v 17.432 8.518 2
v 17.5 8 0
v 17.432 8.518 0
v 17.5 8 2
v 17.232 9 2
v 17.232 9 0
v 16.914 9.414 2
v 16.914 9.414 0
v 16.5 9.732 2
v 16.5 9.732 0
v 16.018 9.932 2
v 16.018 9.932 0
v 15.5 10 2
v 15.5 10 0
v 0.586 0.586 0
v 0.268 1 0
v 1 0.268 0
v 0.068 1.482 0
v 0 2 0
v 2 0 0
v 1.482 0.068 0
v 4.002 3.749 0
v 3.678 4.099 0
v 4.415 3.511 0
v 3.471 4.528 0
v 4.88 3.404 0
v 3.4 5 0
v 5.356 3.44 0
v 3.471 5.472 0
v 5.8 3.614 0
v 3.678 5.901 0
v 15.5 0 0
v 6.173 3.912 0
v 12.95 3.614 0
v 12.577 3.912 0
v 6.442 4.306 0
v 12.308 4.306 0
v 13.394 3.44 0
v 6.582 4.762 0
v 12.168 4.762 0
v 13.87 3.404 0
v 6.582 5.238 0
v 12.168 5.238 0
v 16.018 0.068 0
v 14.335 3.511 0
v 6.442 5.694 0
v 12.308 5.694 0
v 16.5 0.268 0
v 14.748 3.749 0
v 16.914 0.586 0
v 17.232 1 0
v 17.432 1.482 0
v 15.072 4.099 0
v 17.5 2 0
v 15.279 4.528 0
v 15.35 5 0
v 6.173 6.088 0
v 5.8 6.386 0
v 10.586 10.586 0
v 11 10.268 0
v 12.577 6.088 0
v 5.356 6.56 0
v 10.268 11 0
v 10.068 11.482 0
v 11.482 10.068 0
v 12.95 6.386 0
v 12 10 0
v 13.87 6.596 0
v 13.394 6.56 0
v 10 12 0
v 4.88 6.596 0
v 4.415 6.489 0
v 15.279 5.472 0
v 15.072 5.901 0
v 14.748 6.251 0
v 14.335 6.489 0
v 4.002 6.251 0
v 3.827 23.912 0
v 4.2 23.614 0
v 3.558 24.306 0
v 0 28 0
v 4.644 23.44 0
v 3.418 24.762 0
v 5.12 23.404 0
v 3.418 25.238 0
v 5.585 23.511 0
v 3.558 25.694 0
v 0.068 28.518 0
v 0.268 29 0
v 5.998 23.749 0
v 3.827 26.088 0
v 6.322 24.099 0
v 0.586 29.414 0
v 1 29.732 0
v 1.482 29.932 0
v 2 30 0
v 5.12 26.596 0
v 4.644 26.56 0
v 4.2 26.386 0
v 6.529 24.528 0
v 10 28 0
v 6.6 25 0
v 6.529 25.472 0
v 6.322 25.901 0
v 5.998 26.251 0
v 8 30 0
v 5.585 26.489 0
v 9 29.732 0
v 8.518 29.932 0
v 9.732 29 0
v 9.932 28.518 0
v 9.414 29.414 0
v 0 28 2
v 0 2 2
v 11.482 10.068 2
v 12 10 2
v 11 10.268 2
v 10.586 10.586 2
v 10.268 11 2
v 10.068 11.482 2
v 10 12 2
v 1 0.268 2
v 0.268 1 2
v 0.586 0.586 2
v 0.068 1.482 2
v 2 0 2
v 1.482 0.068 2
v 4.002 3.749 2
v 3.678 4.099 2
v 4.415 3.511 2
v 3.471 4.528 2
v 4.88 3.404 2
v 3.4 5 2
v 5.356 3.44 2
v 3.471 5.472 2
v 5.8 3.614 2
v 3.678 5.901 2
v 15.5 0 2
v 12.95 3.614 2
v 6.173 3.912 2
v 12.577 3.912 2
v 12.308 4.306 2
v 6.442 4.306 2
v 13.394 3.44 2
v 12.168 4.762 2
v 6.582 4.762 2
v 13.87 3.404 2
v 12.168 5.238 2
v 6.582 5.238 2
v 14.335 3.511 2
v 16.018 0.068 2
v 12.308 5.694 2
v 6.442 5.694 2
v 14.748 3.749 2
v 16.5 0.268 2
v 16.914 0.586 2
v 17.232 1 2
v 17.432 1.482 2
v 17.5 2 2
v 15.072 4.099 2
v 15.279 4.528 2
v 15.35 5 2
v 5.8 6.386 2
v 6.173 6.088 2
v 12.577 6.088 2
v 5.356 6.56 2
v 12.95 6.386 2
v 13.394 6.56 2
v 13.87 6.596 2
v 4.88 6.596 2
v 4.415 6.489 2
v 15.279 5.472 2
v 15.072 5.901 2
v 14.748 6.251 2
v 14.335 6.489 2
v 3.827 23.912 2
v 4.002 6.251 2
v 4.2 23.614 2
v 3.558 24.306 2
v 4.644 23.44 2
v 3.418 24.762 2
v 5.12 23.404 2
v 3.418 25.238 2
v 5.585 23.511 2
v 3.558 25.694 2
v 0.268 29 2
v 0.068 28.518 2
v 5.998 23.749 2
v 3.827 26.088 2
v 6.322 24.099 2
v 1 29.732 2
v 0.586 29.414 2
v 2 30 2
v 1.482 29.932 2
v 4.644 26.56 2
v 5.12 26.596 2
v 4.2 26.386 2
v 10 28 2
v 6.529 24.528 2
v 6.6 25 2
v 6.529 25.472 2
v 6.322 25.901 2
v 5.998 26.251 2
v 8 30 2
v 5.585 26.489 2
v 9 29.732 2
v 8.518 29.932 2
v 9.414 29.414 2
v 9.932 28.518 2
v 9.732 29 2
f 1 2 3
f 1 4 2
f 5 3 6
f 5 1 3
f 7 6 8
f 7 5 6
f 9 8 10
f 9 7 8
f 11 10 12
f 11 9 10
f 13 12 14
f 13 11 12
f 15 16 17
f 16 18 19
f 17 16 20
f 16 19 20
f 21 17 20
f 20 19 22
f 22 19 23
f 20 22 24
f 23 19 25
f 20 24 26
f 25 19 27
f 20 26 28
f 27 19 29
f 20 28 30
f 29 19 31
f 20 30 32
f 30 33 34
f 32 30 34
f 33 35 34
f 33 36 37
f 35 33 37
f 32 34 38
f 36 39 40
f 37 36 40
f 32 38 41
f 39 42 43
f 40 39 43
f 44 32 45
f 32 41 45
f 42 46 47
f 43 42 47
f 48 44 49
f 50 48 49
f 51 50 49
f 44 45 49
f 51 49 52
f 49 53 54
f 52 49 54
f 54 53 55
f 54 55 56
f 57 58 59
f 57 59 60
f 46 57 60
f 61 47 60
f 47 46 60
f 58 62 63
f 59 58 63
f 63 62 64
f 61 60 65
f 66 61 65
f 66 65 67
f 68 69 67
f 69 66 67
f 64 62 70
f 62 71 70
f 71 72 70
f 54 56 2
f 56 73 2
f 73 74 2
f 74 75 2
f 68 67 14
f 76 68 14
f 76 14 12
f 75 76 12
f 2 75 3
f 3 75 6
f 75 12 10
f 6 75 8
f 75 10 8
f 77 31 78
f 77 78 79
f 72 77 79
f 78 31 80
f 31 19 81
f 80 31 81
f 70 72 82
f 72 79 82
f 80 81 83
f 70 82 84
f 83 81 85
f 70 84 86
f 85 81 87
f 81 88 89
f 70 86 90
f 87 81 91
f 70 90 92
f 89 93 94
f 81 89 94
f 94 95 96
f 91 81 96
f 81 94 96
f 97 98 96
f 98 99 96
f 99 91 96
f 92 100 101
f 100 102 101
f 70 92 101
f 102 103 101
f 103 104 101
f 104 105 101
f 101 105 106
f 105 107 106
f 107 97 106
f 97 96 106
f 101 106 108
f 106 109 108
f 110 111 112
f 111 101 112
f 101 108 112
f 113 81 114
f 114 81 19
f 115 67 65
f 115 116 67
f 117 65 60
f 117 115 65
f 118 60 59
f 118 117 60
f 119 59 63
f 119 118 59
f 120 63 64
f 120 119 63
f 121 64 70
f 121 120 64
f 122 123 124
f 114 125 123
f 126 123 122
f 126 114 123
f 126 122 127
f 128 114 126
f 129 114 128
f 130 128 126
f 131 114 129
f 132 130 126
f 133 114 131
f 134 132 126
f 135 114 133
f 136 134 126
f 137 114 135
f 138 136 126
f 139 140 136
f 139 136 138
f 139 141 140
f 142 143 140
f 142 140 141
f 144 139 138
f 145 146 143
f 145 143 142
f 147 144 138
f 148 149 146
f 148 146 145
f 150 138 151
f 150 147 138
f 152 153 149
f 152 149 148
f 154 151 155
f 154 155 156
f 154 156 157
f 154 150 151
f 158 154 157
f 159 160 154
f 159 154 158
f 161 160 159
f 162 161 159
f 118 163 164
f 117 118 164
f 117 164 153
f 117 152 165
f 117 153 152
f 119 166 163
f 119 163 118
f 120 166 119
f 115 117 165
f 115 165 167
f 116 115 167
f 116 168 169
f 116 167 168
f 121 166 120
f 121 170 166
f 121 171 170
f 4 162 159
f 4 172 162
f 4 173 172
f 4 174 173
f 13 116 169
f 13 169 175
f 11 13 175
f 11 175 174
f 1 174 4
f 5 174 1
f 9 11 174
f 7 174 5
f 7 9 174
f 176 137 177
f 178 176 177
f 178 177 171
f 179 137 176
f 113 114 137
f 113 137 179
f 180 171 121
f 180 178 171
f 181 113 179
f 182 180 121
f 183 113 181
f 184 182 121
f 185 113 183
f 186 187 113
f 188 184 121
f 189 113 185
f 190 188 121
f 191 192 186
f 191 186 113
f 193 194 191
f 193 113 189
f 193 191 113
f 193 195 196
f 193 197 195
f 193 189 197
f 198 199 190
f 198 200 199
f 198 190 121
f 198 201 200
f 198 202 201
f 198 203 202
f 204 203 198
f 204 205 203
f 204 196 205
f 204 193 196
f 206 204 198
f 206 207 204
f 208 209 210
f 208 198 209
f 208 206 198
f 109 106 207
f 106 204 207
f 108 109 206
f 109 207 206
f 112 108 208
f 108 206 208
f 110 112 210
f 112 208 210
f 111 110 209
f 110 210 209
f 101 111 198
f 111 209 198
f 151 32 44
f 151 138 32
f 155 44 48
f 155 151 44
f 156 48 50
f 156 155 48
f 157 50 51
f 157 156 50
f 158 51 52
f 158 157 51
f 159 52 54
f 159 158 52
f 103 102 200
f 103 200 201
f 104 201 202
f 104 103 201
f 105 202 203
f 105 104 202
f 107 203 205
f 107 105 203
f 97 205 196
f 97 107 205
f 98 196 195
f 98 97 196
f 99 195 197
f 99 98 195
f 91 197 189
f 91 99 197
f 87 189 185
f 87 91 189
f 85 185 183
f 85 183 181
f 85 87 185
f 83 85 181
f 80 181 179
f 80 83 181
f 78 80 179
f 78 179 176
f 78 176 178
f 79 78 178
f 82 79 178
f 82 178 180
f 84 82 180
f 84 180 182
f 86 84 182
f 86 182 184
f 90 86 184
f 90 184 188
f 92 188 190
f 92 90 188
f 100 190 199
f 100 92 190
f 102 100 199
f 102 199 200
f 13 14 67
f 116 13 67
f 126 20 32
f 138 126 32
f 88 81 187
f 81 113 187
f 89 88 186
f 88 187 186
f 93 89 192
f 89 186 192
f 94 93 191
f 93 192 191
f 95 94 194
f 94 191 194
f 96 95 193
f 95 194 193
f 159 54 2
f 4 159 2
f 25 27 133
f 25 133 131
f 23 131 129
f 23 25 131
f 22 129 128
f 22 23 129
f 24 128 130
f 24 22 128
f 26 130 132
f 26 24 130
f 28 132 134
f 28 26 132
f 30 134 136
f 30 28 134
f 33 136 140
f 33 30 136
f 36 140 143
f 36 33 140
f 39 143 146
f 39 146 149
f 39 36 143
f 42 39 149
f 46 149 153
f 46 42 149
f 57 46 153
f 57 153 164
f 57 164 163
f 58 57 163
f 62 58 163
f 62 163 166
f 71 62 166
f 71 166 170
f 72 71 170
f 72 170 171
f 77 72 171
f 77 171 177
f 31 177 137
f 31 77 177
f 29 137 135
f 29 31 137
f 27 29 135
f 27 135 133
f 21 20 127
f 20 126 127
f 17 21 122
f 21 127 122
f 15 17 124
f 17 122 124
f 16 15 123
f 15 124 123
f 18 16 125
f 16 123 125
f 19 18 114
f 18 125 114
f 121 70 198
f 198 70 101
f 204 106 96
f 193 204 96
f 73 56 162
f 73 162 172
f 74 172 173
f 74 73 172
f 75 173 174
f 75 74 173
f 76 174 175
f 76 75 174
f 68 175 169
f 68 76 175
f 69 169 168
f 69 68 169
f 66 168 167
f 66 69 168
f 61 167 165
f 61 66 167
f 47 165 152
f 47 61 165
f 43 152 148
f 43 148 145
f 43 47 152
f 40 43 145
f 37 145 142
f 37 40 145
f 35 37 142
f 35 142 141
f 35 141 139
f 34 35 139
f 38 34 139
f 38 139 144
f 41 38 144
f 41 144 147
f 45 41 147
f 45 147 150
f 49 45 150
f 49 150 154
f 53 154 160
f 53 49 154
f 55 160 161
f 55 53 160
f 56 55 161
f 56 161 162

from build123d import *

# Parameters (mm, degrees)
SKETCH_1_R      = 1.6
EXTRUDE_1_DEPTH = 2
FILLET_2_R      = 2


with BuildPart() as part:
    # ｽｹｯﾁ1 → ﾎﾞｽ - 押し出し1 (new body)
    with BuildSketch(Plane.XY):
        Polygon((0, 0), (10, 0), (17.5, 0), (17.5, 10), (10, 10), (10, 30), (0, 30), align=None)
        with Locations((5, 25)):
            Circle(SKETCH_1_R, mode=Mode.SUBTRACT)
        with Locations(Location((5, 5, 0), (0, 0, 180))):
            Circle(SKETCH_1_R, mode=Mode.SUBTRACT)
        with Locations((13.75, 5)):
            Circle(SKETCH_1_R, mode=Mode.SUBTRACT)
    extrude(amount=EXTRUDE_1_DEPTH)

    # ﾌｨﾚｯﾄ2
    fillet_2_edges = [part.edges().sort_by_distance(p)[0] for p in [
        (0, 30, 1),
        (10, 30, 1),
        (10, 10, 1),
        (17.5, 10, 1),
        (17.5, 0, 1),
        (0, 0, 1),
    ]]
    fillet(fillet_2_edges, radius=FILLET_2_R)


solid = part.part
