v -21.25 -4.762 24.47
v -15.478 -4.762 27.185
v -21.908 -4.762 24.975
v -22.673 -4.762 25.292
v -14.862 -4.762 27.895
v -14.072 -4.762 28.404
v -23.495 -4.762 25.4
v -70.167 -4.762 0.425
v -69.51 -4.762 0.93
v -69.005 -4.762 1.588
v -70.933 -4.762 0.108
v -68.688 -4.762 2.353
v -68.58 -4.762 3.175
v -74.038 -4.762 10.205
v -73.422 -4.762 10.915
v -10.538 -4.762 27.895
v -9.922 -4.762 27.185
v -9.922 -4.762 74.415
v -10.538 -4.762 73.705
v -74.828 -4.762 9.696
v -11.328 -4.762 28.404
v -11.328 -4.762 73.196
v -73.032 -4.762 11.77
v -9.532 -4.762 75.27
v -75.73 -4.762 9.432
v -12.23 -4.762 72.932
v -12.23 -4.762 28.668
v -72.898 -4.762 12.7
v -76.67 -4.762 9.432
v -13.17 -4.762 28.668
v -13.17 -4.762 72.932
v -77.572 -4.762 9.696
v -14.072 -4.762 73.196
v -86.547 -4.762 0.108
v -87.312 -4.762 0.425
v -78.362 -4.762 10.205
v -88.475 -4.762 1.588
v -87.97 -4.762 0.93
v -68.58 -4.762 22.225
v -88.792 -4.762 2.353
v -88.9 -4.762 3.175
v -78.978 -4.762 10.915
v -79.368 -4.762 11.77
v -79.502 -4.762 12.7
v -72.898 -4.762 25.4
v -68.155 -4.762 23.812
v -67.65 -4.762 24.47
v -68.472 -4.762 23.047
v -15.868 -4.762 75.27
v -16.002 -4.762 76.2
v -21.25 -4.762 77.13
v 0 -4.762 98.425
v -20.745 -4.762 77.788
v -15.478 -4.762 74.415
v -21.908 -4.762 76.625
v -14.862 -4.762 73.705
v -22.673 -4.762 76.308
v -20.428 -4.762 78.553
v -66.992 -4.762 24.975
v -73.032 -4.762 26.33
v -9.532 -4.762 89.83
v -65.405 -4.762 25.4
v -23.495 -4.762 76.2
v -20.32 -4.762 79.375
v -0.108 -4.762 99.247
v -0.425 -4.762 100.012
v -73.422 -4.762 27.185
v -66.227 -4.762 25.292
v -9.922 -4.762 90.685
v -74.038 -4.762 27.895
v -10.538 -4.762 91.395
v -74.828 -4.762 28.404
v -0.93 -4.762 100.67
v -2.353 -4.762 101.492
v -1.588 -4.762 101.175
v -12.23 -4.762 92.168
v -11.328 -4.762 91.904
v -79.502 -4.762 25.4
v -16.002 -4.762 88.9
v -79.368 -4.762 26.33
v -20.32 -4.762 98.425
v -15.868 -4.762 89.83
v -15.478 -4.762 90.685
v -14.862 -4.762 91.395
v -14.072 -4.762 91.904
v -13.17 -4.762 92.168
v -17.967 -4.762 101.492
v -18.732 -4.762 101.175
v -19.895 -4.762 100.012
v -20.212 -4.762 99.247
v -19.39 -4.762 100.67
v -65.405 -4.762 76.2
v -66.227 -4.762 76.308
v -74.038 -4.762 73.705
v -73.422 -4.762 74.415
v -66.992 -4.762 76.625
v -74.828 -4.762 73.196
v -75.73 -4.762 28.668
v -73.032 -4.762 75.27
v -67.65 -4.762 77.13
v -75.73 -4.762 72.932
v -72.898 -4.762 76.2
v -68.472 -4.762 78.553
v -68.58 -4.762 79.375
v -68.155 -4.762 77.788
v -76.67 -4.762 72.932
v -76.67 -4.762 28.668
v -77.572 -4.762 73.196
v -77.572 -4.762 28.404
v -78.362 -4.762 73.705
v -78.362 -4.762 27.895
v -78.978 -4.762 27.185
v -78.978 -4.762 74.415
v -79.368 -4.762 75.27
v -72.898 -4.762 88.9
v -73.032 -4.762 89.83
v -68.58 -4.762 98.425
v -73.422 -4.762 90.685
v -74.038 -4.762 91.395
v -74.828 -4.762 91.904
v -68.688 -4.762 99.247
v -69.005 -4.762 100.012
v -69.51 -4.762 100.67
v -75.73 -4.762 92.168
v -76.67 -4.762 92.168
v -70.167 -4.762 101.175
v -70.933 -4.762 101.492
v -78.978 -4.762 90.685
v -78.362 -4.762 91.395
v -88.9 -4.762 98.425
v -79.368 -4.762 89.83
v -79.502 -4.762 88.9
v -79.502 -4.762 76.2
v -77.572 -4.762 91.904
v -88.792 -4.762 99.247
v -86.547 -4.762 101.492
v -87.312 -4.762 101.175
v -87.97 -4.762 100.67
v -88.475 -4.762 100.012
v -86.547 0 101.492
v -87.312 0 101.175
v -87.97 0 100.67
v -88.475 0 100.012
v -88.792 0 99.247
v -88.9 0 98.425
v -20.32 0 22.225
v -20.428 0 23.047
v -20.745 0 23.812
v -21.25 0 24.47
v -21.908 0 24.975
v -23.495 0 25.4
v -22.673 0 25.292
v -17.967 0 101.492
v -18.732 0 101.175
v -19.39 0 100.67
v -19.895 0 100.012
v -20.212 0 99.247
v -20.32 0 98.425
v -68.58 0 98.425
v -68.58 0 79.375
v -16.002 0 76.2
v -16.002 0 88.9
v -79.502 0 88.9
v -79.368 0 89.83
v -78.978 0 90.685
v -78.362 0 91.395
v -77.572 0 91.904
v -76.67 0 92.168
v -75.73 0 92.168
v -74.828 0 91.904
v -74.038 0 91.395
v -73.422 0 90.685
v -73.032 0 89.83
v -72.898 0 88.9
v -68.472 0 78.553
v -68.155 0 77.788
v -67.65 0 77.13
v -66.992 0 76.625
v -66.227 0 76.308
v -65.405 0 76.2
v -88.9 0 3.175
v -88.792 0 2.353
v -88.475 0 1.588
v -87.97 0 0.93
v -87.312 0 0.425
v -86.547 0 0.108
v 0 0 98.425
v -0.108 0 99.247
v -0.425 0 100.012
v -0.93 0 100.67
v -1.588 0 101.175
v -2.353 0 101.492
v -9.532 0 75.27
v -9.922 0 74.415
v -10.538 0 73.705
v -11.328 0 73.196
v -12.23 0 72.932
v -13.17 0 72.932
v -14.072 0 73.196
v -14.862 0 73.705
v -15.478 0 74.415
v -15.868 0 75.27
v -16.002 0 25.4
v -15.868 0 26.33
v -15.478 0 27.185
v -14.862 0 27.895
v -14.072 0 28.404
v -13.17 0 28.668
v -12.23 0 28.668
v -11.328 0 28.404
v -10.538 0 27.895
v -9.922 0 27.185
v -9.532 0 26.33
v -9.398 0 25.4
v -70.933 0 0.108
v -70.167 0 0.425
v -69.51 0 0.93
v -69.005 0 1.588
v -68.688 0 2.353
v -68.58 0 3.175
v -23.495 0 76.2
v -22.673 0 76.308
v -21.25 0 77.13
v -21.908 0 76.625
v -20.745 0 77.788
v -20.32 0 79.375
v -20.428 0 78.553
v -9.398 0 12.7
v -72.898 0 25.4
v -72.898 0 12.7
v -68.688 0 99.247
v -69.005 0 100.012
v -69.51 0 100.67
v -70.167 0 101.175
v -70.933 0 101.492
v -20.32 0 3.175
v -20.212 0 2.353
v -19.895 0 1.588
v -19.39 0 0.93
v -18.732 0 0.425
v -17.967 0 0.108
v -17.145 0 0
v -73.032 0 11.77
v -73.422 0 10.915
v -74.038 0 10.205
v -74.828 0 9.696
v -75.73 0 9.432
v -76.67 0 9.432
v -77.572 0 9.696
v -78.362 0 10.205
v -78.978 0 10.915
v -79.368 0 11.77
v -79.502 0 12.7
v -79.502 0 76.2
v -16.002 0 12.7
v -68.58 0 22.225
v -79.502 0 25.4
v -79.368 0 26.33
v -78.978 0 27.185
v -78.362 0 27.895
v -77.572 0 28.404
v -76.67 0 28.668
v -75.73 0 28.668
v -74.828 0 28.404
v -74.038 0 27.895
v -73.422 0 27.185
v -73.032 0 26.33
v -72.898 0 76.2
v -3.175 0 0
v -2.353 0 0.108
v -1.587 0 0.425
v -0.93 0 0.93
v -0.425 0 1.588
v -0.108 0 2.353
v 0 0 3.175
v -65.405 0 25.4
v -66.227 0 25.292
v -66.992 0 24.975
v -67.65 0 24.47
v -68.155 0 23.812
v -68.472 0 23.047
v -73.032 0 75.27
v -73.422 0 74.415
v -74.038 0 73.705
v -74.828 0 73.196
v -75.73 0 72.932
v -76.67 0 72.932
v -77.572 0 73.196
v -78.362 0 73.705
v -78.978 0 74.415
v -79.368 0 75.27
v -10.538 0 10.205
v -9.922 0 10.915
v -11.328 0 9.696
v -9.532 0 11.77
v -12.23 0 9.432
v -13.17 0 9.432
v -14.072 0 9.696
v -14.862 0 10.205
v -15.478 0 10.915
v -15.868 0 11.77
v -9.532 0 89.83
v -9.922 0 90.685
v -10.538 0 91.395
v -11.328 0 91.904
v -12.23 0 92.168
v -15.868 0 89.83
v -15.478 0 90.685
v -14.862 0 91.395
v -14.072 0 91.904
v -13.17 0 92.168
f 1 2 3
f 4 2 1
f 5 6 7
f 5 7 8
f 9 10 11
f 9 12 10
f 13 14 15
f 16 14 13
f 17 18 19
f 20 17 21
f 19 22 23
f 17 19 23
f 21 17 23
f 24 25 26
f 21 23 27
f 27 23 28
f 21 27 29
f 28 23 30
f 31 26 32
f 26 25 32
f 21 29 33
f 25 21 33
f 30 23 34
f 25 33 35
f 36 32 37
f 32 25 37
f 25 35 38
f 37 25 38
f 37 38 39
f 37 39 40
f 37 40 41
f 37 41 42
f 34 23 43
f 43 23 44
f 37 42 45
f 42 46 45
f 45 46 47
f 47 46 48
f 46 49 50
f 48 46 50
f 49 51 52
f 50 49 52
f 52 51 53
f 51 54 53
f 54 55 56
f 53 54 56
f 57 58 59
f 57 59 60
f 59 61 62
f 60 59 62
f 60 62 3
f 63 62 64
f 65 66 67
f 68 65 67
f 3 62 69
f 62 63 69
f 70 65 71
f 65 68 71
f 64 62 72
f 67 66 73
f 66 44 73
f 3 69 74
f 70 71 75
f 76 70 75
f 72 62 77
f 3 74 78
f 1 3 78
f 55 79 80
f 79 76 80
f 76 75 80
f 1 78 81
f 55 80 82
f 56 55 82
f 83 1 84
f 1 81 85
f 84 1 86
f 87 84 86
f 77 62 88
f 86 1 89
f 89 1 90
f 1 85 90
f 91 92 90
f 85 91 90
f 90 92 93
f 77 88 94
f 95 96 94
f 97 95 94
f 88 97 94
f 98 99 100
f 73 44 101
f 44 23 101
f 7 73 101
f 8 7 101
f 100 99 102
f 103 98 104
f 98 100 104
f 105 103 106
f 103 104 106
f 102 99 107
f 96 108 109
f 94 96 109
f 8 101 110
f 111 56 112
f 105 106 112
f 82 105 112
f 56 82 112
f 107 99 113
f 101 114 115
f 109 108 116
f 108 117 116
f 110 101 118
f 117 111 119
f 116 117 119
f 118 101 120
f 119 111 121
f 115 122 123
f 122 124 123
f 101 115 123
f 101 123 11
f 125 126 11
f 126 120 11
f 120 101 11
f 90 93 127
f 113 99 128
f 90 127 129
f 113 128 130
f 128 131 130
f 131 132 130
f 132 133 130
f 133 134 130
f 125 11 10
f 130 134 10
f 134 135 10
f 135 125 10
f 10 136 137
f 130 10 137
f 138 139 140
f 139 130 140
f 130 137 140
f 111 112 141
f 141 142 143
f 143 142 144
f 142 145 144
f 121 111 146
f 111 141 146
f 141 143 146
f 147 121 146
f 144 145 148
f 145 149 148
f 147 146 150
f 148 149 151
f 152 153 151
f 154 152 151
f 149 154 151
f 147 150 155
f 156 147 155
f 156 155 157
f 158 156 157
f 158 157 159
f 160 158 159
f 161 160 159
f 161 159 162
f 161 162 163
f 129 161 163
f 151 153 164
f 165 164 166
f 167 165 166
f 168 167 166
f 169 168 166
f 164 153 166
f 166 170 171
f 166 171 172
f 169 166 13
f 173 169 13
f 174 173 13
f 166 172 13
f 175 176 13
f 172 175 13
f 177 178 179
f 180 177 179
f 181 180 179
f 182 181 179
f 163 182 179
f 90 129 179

• • • • • • •

Where the line holding "v -21.25 0 77.13" appears in the listing above, start reproducing exactly, and end with the line holding "v -66.227 0 25.292".

WRITTEN ANSWER:
v -21.25 0 77.13
v -21.908 0 76.625
v -20.745 0 77.788
v -20.32 0 79.375
v -20.428 0 78.553
v -9.398 0 12.7
v -72.898 0 25.4
v -72.898 0 12.7
v -68.688 0 99.247
v -69.005 0 100.012
v -69.51 0 100.67
v -70.167 0 101.175
v -70.933 0 101.492
v -20.32 0 3.175
v -20.212 0 2.353
v -19.895 0 1.588
v -19.39 0 0.93
v -18.732 0 0.425
v -17.967 0 0.108
v -17.145 0 0
v -73.032 0 11.77
v -73.422 0 10.915
v -74.038 0 10.205
v -74.828 0 9.696
v -75.73 0 9.432
v -76.67 0 9.432
v -77.572 0 9.696
v -78.362 0 10.205
v -78.978 0 10.915
v -79.368 0 11.77
v -79.502 0 12.7
v -79.502 0 76.2
v -16.002 0 12.7
v -68.58 0 22.225
v -79.502 0 25.4
v -79.368 0 26.33
v -78.978 0 27.185
v -78.362 0 27.895
v -77.572 0 28.404
v -76.67 0 28.668
v -75.73 0 28.668
v -74.828 0 28.404
v -74.038 0 27.895
v -73.422 0 27.185
v -73.032 0 26.33
v -72.898 0 76.2
v -3.175 0 0
v -2.353 0 0.108
v -1.587 0 0.425
v -0.93 0 0.93
v -0.425 0 1.588
v -0.108 0 2.353
v 0 0 3.175
v -65.405 0 25.4
v -66.227 0 25.292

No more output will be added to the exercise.